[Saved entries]
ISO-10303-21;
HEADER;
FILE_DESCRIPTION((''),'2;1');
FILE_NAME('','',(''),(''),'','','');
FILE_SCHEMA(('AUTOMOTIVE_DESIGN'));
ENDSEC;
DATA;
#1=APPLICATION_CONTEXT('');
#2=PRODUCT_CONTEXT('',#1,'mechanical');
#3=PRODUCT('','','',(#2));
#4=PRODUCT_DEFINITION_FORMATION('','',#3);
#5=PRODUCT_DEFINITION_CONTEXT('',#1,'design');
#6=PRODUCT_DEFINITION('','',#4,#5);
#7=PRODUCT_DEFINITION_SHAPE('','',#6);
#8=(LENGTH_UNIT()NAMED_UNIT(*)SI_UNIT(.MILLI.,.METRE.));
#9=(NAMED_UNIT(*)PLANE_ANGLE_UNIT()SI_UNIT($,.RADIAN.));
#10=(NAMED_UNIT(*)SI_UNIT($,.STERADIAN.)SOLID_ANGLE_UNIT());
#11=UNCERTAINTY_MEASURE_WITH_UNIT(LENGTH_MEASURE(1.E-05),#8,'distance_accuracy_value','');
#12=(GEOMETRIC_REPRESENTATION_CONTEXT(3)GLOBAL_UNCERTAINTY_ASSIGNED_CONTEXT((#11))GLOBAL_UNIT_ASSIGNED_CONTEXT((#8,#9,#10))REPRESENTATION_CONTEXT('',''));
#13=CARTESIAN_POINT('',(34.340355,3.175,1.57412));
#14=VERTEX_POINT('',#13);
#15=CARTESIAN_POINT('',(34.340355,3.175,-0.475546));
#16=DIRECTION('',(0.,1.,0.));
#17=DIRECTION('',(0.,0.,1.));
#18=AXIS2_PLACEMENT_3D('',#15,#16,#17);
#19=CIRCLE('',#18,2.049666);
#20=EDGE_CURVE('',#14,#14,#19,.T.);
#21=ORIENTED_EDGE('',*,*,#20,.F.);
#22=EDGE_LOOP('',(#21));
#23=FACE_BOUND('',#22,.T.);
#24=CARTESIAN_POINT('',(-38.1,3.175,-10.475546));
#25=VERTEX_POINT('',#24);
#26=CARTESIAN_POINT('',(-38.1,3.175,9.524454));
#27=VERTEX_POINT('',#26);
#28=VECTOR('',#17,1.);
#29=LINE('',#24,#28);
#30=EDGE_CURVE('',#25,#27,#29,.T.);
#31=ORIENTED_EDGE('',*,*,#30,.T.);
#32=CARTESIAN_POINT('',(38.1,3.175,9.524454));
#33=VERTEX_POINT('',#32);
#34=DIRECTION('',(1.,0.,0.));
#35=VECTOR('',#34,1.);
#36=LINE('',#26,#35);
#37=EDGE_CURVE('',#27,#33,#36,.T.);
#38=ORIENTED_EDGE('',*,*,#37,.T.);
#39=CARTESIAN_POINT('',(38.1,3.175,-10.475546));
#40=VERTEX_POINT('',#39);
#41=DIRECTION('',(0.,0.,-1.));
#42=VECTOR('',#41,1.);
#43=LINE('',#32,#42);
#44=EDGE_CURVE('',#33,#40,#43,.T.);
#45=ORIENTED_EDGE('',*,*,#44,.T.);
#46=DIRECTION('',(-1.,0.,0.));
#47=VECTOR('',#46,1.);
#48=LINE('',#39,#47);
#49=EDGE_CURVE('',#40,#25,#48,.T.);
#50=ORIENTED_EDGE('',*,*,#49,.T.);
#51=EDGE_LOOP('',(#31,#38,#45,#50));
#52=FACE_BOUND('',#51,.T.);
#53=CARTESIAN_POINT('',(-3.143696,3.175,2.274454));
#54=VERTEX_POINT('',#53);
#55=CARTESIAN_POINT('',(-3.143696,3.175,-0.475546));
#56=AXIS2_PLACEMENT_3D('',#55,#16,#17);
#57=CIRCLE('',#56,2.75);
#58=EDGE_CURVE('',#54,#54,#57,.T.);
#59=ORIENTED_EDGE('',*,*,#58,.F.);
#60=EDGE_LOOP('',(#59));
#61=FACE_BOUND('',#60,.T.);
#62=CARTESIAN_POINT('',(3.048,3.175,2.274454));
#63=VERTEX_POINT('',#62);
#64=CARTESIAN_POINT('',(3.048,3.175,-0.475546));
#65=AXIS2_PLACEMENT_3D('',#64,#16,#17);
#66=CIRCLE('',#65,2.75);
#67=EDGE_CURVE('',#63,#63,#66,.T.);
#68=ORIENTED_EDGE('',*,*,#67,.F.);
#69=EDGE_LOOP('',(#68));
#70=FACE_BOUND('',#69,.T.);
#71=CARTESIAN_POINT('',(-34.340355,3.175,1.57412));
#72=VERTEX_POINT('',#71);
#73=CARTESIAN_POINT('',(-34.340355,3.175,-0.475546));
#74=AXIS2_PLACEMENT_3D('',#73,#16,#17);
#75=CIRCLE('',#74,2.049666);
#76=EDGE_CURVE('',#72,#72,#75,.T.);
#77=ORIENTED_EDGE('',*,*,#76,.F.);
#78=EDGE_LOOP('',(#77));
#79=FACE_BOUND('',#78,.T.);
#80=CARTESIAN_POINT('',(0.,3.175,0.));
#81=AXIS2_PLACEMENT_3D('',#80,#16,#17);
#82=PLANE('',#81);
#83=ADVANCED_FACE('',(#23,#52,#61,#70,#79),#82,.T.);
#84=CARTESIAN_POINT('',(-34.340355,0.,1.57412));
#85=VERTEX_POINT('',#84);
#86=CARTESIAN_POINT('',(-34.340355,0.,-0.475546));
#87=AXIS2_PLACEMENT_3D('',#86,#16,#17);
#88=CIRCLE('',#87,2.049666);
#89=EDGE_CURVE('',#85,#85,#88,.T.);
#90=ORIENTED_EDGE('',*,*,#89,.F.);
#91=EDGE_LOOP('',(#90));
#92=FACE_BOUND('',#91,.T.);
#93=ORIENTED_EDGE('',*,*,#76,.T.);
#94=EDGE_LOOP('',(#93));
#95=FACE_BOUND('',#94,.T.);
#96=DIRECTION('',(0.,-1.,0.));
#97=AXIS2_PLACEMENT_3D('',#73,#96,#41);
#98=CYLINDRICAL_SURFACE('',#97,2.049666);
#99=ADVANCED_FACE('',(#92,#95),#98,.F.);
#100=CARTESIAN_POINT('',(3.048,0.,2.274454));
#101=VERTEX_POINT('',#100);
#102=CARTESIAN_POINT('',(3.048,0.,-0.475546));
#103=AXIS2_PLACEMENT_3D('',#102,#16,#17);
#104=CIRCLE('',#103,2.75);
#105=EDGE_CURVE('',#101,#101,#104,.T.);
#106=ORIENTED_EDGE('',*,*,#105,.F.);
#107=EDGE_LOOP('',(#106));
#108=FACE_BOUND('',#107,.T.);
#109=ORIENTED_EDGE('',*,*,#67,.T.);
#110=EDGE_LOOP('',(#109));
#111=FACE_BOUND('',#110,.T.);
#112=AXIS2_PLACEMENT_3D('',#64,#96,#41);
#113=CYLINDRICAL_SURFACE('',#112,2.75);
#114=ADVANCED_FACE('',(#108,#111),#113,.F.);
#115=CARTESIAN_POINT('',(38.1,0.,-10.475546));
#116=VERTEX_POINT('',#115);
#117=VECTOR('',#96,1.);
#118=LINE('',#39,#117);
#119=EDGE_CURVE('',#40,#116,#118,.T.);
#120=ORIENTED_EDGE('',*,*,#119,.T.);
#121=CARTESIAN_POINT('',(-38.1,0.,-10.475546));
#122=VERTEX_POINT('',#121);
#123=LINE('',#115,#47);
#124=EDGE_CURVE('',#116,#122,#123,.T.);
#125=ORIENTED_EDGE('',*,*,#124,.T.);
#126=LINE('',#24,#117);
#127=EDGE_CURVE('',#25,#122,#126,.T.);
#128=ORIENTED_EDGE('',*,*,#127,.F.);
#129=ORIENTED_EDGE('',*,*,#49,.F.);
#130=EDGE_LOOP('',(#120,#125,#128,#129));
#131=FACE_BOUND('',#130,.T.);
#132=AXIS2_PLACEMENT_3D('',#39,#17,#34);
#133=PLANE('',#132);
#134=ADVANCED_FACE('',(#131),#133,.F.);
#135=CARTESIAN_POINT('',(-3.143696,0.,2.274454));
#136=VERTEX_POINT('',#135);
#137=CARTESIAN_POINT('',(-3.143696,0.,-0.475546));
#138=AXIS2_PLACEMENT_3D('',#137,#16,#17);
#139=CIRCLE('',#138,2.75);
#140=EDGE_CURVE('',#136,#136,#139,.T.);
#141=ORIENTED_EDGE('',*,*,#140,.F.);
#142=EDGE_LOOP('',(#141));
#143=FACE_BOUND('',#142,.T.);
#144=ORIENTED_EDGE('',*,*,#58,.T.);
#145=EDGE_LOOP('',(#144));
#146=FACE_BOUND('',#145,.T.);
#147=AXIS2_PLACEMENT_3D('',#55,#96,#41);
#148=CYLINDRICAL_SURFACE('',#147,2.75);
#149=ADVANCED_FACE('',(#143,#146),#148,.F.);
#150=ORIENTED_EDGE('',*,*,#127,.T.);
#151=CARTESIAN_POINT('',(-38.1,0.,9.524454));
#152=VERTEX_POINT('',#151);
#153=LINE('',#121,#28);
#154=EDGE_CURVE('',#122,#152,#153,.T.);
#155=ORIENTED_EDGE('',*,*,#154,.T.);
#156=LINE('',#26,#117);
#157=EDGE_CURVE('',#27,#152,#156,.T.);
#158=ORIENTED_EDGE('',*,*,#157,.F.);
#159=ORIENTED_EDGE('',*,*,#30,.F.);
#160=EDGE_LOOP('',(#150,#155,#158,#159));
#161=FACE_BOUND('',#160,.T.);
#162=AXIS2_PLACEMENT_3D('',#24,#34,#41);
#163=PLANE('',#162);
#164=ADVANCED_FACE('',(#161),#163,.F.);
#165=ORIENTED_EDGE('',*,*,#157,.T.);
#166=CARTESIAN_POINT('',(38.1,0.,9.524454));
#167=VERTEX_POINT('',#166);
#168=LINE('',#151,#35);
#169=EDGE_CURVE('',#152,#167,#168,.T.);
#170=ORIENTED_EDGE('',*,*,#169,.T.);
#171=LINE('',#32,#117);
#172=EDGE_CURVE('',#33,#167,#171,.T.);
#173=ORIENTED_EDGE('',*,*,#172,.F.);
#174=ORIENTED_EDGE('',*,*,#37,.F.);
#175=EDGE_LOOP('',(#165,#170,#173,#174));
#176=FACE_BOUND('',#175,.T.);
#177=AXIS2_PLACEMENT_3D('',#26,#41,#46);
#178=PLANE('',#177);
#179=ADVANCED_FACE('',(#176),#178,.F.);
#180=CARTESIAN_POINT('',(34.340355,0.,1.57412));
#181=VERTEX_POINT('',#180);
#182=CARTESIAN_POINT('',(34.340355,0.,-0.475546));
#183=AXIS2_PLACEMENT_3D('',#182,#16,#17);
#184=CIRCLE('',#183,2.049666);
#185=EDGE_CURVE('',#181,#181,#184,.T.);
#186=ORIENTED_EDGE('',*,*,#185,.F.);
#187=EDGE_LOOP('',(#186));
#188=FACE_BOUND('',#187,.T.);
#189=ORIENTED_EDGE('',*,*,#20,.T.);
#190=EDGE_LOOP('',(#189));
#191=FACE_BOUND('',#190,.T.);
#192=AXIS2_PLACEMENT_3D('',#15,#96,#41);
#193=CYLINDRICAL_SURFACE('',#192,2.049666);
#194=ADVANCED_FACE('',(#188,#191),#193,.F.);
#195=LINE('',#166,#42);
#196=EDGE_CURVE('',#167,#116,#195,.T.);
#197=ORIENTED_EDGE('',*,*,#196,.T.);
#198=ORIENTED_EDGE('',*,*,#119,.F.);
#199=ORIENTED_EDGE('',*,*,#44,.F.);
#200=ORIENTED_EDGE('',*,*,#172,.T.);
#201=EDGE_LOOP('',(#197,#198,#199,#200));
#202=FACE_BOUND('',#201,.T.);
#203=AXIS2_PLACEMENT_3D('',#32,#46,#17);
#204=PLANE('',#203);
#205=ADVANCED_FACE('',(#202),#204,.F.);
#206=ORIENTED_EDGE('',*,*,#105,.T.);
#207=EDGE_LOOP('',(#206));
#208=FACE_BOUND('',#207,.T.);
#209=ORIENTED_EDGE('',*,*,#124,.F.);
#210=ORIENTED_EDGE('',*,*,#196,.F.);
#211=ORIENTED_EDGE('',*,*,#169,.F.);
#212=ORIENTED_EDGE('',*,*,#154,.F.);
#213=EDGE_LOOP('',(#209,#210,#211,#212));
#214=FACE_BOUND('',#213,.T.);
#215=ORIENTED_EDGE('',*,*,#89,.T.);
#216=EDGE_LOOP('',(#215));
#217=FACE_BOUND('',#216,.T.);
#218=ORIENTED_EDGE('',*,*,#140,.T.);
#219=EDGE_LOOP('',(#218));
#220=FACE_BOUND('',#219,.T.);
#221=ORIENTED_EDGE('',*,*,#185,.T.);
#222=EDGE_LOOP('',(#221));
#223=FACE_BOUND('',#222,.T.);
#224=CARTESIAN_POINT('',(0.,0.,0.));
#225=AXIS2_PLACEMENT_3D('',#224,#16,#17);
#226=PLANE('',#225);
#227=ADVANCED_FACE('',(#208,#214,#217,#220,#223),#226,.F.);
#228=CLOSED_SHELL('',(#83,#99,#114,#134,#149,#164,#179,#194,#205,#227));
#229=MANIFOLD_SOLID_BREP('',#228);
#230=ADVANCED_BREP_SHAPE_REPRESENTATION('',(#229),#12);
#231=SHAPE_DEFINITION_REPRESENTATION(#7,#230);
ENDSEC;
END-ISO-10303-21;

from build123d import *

# Parameters (mm, degrees)
SKETCH1_W           = 76.2
SKETCH1_H           = 20
SKETCH1_R           = 2.75
SKETCH1_R_2         = 2.049665702
BOSS_EXTRUDE1_DEPTH = 3.175


with BuildPart() as part:
    # Sketch1 → Boss-Extrude1 (new body)
    with BuildSketch(Plane(origin=(0, 0, 0), x_dir=(1, 0, 0), z_dir=(0, 1, 0))):
        with Locations((0, 0.475545855)):
            Rectangle(SKETCH1_W, SKETCH1_H)
        with Locations((3.048, 0.475545855)):
            Circle(SKETCH1_R, mode=Mode.SUBTRACT)
        with Locations((-3.143696082, 0.475545855)):
            Circle(SKETCH1_R, mode=Mode.SUBTRACT)
        with Locations((-34.340354519, 0.475545855)):
            Circle(SKETCH1_R_2, mode=Mode.SUBTRACT)
        with Locations((34.340354519, 0.475545855)):
            Circle(SKETCH1_R_2, mode=Mode.SUBTRACT)
    extrude(amount=BOSS_EXTRUDE1_DEPTH)


solid = part.part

§ **WORK TO BE COMPLETED**
All that belongs in the answer is an exact copy of the lines from the start of the records above through the line with "#38=ORIENTED_EDGE('',*,*,#37,.T.);".

§ **WRITTEN ANSWER**
ISO-10303-21;
HEADER;
FILE_DESCRIPTION((''),'2;1');
FILE_NAME('','',(''),(''),'','','');
FILE_SCHEMA(('AUTOMOTIVE_DESIGN'));
ENDSEC;
DATA;
#1=APPLICATION_CONTEXT('');
#2=PRODUCT_CONTEXT('',#1,'mechanical');
#3=PRODUCT('','','',(#2));
#4=PRODUCT_DEFINITION_FORMATION('','',#3);
#5=PRODUCT_DEFINITION_CONTEXT('',#1,'design');
#6=PRODUCT_DEFINITION('','',#4,#5);
#7=PRODUCT_DEFINITION_SHAPE('','',#6);
#8=(LENGTH_UNIT()NAMED_UNIT(*)SI_UNIT(.MILLI.,.METRE.));
#9=(NAMED_UNIT(*)PLANE_ANGLE_UNIT()SI_UNIT($,.RADIAN.));
#10=(NAMED_UNIT(*)SI_UNIT($,.STERADIAN.)SOLID_ANGLE_UNIT());
#11=UNCERTAINTY_MEASURE_WITH_UNIT(LENGTH_MEASURE(1.E-05),#8,'distance_accuracy_value','');
#12=(GEOMETRIC_REPRESENTATION_CONTEXT(3)GLOBAL_UNCERTAINTY_ASSIGNED_CONTEXT((#11))GLOBAL_UNIT_ASSIGNED_CONTEXT((#8,#9,#10))REPRESENTATION_CONTEXT('',''));
#13=CARTESIAN_POINT('',(34.340355,3.175,1.57412));
#14=VERTEX_POINT('',#13);
#15=CARTESIAN_POINT('',(34.340355,3.175,-0.475546));
#16=DIRECTION('',(0.,1.,0.));
#17=DIRECTION('',(0.,0.,1.));
#18=AXIS2_PLACEMENT_3D('',#15,#16,#17);
#19=CIRCLE('',#18,2.049666);
#20=EDGE_CURVE('',#14,#14,#19,.T.);
#21=ORIENTED_EDGE('',*,*,#20,.F.);
#22=EDGE_LOOP('',(#21));
#23=FACE_BOUND('',#22,.T.);
#24=CARTESIAN_POINT('',(-38.1,3.175,-10.475546));
#25=VERTEX_POINT('',#24);
#26=CARTESIAN_POINT('',(-38.1,3.175,9.524454));
#27=VERTEX_POINT('',#26);
#28=VECTOR('',#17,1.);
#29=LINE('',#24,#28);
#30=EDGE_CURVE('',#25,#27,#29,.T.);
#31=ORIENTED_EDGE('',*,*,#30,.T.);
#32=CARTESIAN_POINT('',(38.1,3.175,9.524454));
#33=VERTEX_POINT('',#32);
#34=DIRECTION('',(1.,0.,0.));
#35=VECTOR('',#34,1.);
#36=LINE('',#26,#35);
#37=EDGE_CURVE('',#27,#33,#36,.T.);
#38=ORIENTED_EDGE('',*,*,#37,.T.);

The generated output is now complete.